I followed everything to the letter. What did I do wrong?

EDIT> Edited YUM and got the kernal module to install, stil can not mount the drive though.


----------



## Omega_Shadow (Aug 2, 2004)

Under Root I type the command "mount /dev/hda2". Is this correct or am I doing something wrong?


----------



## linuxphile (Mar 6, 2003)

You haven't provided a mount point.


Try mount /dev/hda2 /somedir
Where somedir is an empty directory that you can use for mounting /dev/hda2


----------



## Squashman (Apr 4, 2003)

linuxphile said:


> You haven't provided a mount point.
> 
> Try mount /dev/hda2 /somedir
> Where somedir is an empty directory that you can use for mounting /dev/hda2


Yep, just keep it simple. Create a directory under /mnt to mount the file system to. If you want the filesystem to mount everytime you turn on your system you will need to edit the file /etc/fstab


----------



## Omega_Shadow (Aug 2, 2004)

[email protected] Omega_Shadow]# mount /dev/hda2 /mnt/win_d
mount: you must specify the filesystem type

How do I specify the filesystem?

And while on the subject, how do I edit /etc/fstab?


----------



## Squashman (Apr 4, 2003)

mount -t ntfs


----------



## Omega_Shadow (Aug 2, 2004)

[[email protected] Omega_Shadow]# mount /dev/hda2 /mnt -t ntfs
mount: wrong fs type, bad option, bad superblock on /dev/hda2,
missing codepage or other error
(aren't you trying to mount an extended partition,
 instead of some logical partition inside?)
In some cases useful info is found in syslog - try
dmesg | tail or so

What did I do wrong this time?!


----------



## Squashman (Apr 4, 2003)

Create a directory in /mnt to mount the filesystem to.

mount -t ntfs /dev/hda2 /mnt/windows 

Kind of helps to read the man page to know the syntax of the command.


----------



## Omega_Shadow (Aug 2, 2004)

It realy surprizes me how the Linux elite always say something is simple and then leave out all the major details (talking about the FAQ, not you guys)

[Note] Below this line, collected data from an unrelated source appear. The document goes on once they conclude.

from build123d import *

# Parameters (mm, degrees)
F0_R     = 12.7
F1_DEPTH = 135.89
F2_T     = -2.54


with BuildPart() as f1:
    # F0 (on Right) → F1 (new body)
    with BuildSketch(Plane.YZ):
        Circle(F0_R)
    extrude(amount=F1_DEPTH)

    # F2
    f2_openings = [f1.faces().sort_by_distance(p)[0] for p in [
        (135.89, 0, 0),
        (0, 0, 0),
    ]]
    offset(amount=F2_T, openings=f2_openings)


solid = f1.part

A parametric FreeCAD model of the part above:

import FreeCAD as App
import Part
import Sketcher
from FreeCAD import Vector
Q = App.Units.Quantity


def faces_at(feature, points):
    """Names of the faces that lie closest to the given points."""
    faces = feature.Shape.Faces
    near = lambda p: min(range(len(faces)), key=lambda i: faces[i].distToShape(Part.Vertex(*p))[0])
    return sorted({f"Face{near(p) + 1}" for p in points})

doc = App.newDocument("Part")
body = doc.addObject("PartDesign::Body", "Body")

# Sketch on YZ plane
sketch1 = doc.addObject("Sketcher::SketchObject", "Sketch")
body.addObject(sketch1)
sketch1.AttachmentSupport = (doc.YZ_Plane, [""])
sketch1.MapMode = "FlatFace"
sketch1.addGeometry(Part.Circle(Vector(0, 0, 0), Vector(0, 0, 1), 12.7), False)
sketch1.addConstraint([
    Sketcher.Constraint("Coincident", 0, 3, -1, 1),
    Sketcher.Constraint("Diameter", 0, Q("1 in")),
])
pad1 = doc.addObject("PartDesign::Pad", "Pad")
body.addObject(pad1)
pad1.Profile = sketch1
pad1.Length = Q("5.35 in")
doc.recompute()

thickness = doc.addObject("PartDesign::Thickness", "Thickness")
body.addObject(thickness)
thickness.Base = (pad1, faces_at(pad1, [(135.89, 0, 0), (0, 0, 0)]))
thickness.Value = Q("0.1 in")
thickness.Reversed = True
thickness.Join = "Arc"

doc.recompute()
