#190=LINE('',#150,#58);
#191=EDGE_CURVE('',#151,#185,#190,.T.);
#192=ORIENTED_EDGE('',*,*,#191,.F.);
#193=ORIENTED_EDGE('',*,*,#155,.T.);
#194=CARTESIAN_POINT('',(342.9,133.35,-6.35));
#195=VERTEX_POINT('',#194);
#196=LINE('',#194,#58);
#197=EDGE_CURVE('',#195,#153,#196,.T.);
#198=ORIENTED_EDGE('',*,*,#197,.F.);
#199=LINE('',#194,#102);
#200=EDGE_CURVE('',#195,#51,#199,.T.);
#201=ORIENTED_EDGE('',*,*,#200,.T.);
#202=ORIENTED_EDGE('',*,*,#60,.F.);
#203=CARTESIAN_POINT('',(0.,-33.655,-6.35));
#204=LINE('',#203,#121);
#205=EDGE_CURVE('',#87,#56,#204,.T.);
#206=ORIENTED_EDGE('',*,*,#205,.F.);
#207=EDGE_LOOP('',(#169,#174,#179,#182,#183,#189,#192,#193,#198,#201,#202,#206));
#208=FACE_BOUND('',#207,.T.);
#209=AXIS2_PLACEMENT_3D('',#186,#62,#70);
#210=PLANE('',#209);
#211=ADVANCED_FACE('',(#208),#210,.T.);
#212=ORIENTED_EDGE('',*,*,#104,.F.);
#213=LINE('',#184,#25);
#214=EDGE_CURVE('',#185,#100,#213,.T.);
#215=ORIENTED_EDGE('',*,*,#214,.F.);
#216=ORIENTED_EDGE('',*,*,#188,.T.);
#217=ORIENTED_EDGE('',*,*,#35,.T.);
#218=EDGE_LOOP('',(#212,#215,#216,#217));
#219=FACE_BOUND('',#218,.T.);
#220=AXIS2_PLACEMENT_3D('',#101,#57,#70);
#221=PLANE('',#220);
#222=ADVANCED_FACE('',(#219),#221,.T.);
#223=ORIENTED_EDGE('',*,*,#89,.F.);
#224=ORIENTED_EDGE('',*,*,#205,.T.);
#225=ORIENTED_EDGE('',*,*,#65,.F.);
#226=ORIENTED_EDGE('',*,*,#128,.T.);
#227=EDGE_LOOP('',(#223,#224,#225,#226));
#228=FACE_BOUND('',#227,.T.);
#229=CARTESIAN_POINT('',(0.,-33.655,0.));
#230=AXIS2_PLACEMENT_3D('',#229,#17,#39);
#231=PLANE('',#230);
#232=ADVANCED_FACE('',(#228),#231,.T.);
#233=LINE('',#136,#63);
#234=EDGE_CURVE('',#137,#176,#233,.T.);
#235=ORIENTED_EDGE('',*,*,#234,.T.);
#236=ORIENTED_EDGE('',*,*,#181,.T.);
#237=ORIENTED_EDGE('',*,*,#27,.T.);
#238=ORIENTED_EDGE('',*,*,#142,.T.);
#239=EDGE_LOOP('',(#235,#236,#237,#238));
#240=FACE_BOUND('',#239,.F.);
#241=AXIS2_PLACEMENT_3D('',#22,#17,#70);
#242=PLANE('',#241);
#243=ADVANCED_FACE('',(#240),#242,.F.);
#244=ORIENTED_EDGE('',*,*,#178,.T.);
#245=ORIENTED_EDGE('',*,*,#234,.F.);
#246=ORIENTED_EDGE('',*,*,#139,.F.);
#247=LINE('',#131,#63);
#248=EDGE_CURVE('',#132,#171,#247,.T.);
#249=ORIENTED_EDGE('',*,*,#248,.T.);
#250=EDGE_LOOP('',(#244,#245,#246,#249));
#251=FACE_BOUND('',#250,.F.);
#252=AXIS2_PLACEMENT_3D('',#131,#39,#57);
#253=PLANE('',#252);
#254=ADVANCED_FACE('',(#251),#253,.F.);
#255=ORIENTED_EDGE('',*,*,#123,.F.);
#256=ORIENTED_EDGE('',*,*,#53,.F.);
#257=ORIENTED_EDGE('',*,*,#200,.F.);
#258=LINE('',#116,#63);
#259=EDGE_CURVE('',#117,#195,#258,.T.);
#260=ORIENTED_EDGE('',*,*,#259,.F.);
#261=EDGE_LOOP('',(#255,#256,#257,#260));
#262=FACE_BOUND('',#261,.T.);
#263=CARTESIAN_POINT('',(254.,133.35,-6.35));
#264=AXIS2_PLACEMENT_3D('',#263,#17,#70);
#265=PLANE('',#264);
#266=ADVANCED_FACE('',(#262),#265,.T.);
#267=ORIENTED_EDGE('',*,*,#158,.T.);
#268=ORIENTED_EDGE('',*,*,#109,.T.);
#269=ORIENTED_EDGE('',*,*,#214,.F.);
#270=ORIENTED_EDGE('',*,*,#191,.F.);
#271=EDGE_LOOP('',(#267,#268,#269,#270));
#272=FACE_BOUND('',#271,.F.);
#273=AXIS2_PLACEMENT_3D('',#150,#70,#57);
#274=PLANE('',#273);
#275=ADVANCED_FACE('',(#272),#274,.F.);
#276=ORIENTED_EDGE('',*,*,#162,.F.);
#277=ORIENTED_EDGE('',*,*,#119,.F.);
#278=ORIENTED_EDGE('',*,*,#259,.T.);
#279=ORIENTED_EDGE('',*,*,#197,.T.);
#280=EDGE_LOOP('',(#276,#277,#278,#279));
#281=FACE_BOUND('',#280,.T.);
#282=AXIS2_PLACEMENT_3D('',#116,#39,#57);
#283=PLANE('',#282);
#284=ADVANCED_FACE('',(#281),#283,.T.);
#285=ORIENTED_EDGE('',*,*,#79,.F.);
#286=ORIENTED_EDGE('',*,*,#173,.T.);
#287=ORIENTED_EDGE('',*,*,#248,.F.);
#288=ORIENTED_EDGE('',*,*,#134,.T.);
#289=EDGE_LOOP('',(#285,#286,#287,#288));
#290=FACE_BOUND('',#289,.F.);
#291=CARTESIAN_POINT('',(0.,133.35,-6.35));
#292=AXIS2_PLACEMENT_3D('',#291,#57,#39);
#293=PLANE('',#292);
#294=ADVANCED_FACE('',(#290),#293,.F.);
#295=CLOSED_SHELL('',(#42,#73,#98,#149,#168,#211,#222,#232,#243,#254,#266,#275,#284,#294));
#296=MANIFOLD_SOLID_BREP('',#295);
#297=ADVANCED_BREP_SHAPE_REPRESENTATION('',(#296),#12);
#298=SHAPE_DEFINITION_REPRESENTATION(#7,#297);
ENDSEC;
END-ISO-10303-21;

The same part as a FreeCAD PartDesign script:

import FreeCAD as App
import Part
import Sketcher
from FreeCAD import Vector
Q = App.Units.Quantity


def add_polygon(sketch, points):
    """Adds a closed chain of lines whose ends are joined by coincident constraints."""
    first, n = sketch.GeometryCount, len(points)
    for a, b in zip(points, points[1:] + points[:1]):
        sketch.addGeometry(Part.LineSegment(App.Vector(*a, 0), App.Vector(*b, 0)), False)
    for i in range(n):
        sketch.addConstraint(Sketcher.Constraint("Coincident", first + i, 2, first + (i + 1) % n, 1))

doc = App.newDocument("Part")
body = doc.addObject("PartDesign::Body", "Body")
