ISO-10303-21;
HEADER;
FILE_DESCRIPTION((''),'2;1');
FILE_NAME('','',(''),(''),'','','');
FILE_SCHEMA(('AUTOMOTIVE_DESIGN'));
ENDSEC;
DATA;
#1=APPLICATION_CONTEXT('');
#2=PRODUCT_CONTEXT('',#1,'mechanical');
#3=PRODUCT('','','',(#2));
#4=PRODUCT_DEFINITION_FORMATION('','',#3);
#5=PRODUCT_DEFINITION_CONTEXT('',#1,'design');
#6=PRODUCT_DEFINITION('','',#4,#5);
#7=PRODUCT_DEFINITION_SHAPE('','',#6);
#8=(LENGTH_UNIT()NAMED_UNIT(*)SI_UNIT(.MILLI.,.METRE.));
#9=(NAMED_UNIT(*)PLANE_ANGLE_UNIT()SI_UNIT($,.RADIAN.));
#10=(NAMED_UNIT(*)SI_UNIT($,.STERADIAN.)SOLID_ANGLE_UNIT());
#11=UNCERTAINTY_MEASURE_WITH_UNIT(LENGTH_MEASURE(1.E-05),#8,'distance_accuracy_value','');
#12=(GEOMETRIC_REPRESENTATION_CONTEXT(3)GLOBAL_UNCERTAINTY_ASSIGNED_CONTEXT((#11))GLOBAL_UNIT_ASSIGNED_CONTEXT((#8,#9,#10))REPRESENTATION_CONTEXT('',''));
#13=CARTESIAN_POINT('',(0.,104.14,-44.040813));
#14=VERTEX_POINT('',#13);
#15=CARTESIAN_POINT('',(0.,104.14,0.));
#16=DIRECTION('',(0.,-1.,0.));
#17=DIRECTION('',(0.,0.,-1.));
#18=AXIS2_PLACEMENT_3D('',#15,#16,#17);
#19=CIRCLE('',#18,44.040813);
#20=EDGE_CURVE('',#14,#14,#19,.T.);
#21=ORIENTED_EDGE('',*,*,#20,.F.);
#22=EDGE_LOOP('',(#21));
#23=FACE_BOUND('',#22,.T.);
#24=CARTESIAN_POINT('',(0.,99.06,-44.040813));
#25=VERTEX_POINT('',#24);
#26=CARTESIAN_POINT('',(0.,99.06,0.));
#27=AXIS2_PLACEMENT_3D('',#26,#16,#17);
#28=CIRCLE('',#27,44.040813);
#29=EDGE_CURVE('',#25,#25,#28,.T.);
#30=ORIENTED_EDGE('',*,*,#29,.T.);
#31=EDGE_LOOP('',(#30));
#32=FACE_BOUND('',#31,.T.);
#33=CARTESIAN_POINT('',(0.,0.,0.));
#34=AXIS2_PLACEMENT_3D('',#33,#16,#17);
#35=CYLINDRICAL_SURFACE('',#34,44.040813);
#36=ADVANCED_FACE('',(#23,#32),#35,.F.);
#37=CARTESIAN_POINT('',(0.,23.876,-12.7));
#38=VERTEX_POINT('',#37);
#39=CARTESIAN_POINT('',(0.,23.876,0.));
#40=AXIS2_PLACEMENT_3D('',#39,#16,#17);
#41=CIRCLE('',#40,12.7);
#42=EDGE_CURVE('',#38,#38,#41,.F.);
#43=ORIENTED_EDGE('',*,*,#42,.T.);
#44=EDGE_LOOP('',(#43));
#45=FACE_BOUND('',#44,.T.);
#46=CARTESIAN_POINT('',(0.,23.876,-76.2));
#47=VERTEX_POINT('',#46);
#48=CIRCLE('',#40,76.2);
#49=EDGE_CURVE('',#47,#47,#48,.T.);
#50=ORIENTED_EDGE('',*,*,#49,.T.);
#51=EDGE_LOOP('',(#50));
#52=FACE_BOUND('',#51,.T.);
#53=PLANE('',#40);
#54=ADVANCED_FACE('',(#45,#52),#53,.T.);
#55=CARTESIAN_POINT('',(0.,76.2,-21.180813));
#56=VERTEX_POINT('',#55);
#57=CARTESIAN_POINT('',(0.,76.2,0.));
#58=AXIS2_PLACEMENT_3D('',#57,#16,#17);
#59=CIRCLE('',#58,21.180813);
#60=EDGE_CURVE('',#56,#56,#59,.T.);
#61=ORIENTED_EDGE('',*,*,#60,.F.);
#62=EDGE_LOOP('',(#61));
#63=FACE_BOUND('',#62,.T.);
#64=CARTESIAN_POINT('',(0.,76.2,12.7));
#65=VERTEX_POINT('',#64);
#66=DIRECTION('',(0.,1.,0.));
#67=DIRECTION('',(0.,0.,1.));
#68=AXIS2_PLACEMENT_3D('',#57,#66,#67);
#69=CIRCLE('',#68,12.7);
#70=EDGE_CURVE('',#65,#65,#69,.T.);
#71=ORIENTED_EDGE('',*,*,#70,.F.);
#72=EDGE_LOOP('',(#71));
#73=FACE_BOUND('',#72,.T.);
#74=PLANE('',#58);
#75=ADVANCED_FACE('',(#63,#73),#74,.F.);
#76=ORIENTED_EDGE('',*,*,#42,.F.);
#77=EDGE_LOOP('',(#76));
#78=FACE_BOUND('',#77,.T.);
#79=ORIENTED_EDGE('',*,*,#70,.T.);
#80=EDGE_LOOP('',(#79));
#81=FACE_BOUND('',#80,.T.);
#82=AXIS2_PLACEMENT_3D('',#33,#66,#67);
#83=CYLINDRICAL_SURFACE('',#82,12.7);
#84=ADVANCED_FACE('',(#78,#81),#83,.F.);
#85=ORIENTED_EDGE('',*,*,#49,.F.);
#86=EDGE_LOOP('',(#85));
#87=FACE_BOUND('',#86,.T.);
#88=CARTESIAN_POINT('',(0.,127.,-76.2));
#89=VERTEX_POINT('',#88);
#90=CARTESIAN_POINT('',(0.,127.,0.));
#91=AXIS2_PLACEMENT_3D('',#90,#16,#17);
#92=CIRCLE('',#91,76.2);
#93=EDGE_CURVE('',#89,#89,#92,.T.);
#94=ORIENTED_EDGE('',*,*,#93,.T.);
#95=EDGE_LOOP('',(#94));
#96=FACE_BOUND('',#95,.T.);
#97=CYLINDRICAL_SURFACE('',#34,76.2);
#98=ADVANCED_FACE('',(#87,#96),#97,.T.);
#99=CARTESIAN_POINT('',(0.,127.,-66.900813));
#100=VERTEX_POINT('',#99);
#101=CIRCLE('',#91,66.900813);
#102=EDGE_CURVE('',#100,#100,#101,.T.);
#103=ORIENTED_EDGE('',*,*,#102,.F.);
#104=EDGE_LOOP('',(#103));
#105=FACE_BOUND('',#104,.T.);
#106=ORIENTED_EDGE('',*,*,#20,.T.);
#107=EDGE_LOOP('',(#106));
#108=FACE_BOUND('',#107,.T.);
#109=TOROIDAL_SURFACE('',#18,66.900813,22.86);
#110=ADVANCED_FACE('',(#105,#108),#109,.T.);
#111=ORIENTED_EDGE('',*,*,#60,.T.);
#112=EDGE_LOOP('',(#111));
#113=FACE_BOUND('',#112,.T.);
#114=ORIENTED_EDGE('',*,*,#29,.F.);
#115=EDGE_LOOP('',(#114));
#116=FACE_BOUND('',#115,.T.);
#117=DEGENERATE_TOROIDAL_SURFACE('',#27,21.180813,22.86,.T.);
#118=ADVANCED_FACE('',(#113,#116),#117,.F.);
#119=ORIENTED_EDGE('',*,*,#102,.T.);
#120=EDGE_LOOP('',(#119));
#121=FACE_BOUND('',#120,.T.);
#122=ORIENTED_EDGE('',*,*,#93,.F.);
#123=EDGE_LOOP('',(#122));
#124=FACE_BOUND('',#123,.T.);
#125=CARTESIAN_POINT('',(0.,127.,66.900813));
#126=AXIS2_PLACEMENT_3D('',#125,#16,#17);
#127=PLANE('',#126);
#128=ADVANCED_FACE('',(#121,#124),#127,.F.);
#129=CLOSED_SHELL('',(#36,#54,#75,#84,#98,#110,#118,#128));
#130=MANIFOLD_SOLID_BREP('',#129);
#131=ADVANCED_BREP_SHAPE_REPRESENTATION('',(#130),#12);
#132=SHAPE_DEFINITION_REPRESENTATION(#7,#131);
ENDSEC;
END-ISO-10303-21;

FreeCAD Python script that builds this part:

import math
import FreeCAD as App
import Part
import Sketcher
from FreeCAD import Vector
Q = App.Units.Quantity

doc = App.newDocument("Part")
body = doc.addObject("PartDesign::Body", "Body")

sketch1 = body.newObject("Sketcher::SketchObject", "Sketch")
sketch1.AttachmentSupport = (doc.getObject("YZ_Plane"), [""])
sketch1.MapMode = "FlatFace"
sketch1.addGeometry([
    Part.LineSegment(Vector(0, 0, 0), Vector(76.2, 0, 0)),
    Part.LineSegment(Vector(76.2, 0, 0), Vector(76.2, 21.180813, 0)),
    Part.ArcOfCircle(Part.Circle(Vector(99.06, 21.180813, 0), Vector(0, 0, 1), 22.86), math.radians(90), math.radians(180)),
    Part.LineSegment(Vector(99.06, 44.040813, 0), Vector(104.14, 44.040813, 0)),
    Part.ArcOfCircle(Part.Circle(Vector(104.14, 66.900813, 0), Vector(0, 0, 1), 22.86), math.radians(-90), math.radians(0)),
    Part.LineSegment(Vector(127, 66.900813, 0), Vector(127, 76.2, 0)),
    Part.LineSegment(Vector(127, 76.2, 0), Vector(0, 76.2, 0)),
    Part.LineSegment(Vector(0, 76.2, 0), Vector(0, 0, 0)),
], False)
sketch1.addConstraint([
    Sketcher.Constraint("Coincident", 0, 2, 1, 1),
    Sketcher.Constraint("Tangent", 1, 2, 2, 2),
    Sketcher.Constraint("Tangent", 2, 1, 3, 1),
    Sketcher.Constraint("Tangent", 3, 2, 4, 1),
    Sketcher.Constraint("Tangent", 4, 2, 5, 1),
    Sketcher.Constraint("Coincident", 5, 2, 6, 1),
    Sketcher.Constraint("Coincident", 6, 2, 7, 1),
    Sketcher.Constraint("Coincident", 7, 2, 0, 1),
    Sketcher.Constraint("Horizontal", 0),
    Sketcher.Constraint("Vertical", 1),
    Sketcher.Constraint("Horizontal", 3),
    Sketcher.Constraint("Vertical", 5),
    Sketcher.Constraint("Horizontal", 6),
    Sketcher.Constraint("Vertical", 7),
    Sketcher.Constraint("Coincident", 7, 2, -1, 1),
    Sketcher.Constraint("Equal", 2, 4),
    Sketcher.Constraint("Equal", 0, 7),
    Sketcher.Constraint("Radius", 2, Q("0.9 in")),
    Sketcher.Constraint("DistanceX", 0, 1, 0, 2, Q("3 in")),
    Sketcher.Constraint("DistanceX", 6, 2, 6, 1, Q("5 in")),
    Sketcher.Constraint("DistanceY", 1, 1, 1, 2, Q("21.180813 mm")),
])
revolution = body.newObject("PartDesign::Revolution", "Revolution")
revolution.Profile = sketch1
revolution.ReferenceAxis = (sketch1, ["H_Axis"])
revolution.Angle = 360

sketch2 = body.newObject("Sketcher::SketchObject", "Sketch001")
sketch2.AttachmentSupport = (doc.getObject("XZ_Plane"), [""])
sketch2.MapMode = "FlatFace"
sketch2.AttachmentOffset = App.Placement(Vector(0, 0, -3 * 25.4), App.Rotation())
sketch2.addGeometry(Part.Circle(Vector(0, 0, 0), Vector(0, 0, 1), 12.7), False)
sketch2.addConstraint([
    Sketcher.Constraint("Coincident", 0, 3, -1, 1),
    Sketcher.Constraint("Diameter", 0, Q("1 in")),
])
pocket1 = body.newObject("PartDesign::Pocket", "Pocket")
pocket1.Profile = sketch2
pocket1.Type = "ThroughAll"
pocket1.Reversed = True

sketch3 = body.newObject("Sketcher::SketchObject", "Sketch002")
sketch3.AttachmentSupport = (doc.getObject("XZ_Plane"), [""])
sketch3.MapMode = "FlatFace"
sketch3.addGeometry(Part.Circle(Vector(0, 0, 0), Vector(0, 0, 1), 76.2), False)
sketch3.addConstraint([
    Sketcher.Constraint("Coincident", 0, 3, -1, 1),
    Sketcher.Constraint("Diameter", 0, Q("6 in")),
])
pocket2 = body.newObject("PartDesign::Pocket", "Pocket001")
pocket2.Profile = sketch3
pocket2.Length = Q("0.94 in")

doc.recompute()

I cant make a dir in /mnt. I could become root and do it, but If I understand linux security then I would only be able to accsess said folder as root, defeating the perpouse of haveing my windows media partition "easly accessable". I even tried makeing a folder on the desktop and mounting to it. The folder automaticly locks itself after the mount. What is the point of mounting a drive if I cant get to it?


----------



## brendandonhu (Jul 8, 2002)

ALL filesystems are mounted as root on most systems. You can still access the mounted partition as a regular user.
Its not really that hard to make a directory as root...
sudo
mkdir /mnt/blah

And you're done.

Add the partition to /etc/fstab if you want it to be mounted automatically.


----------



## Omega_Shadow (Aug 2, 2004)

""Omega_Shadow is not in the sudoers file. This incident will be reported.""

Reported to whom?! Myself?!


----------



## brendandonhu (Jul 8, 2002)

Try doing
/bin/su instead
That shouldn't need any configuration. If you want to use sudo you can edit yourself into the /etc/sudoers file.


----------



## Omega_Shadow (Aug 2, 2004)

brendandonhu said:


> If you want to use sudo you can edit yourself into the /etc/sudoers file.


How do I do that?


----------



## brendandonhu (Jul 8, 2002)

As root, run visudo to edit the /etc/sudoers file.


----------



## Omega_Shadow (Aug 2, 2004)

Sorry to sound like a broken record, but how do I do that?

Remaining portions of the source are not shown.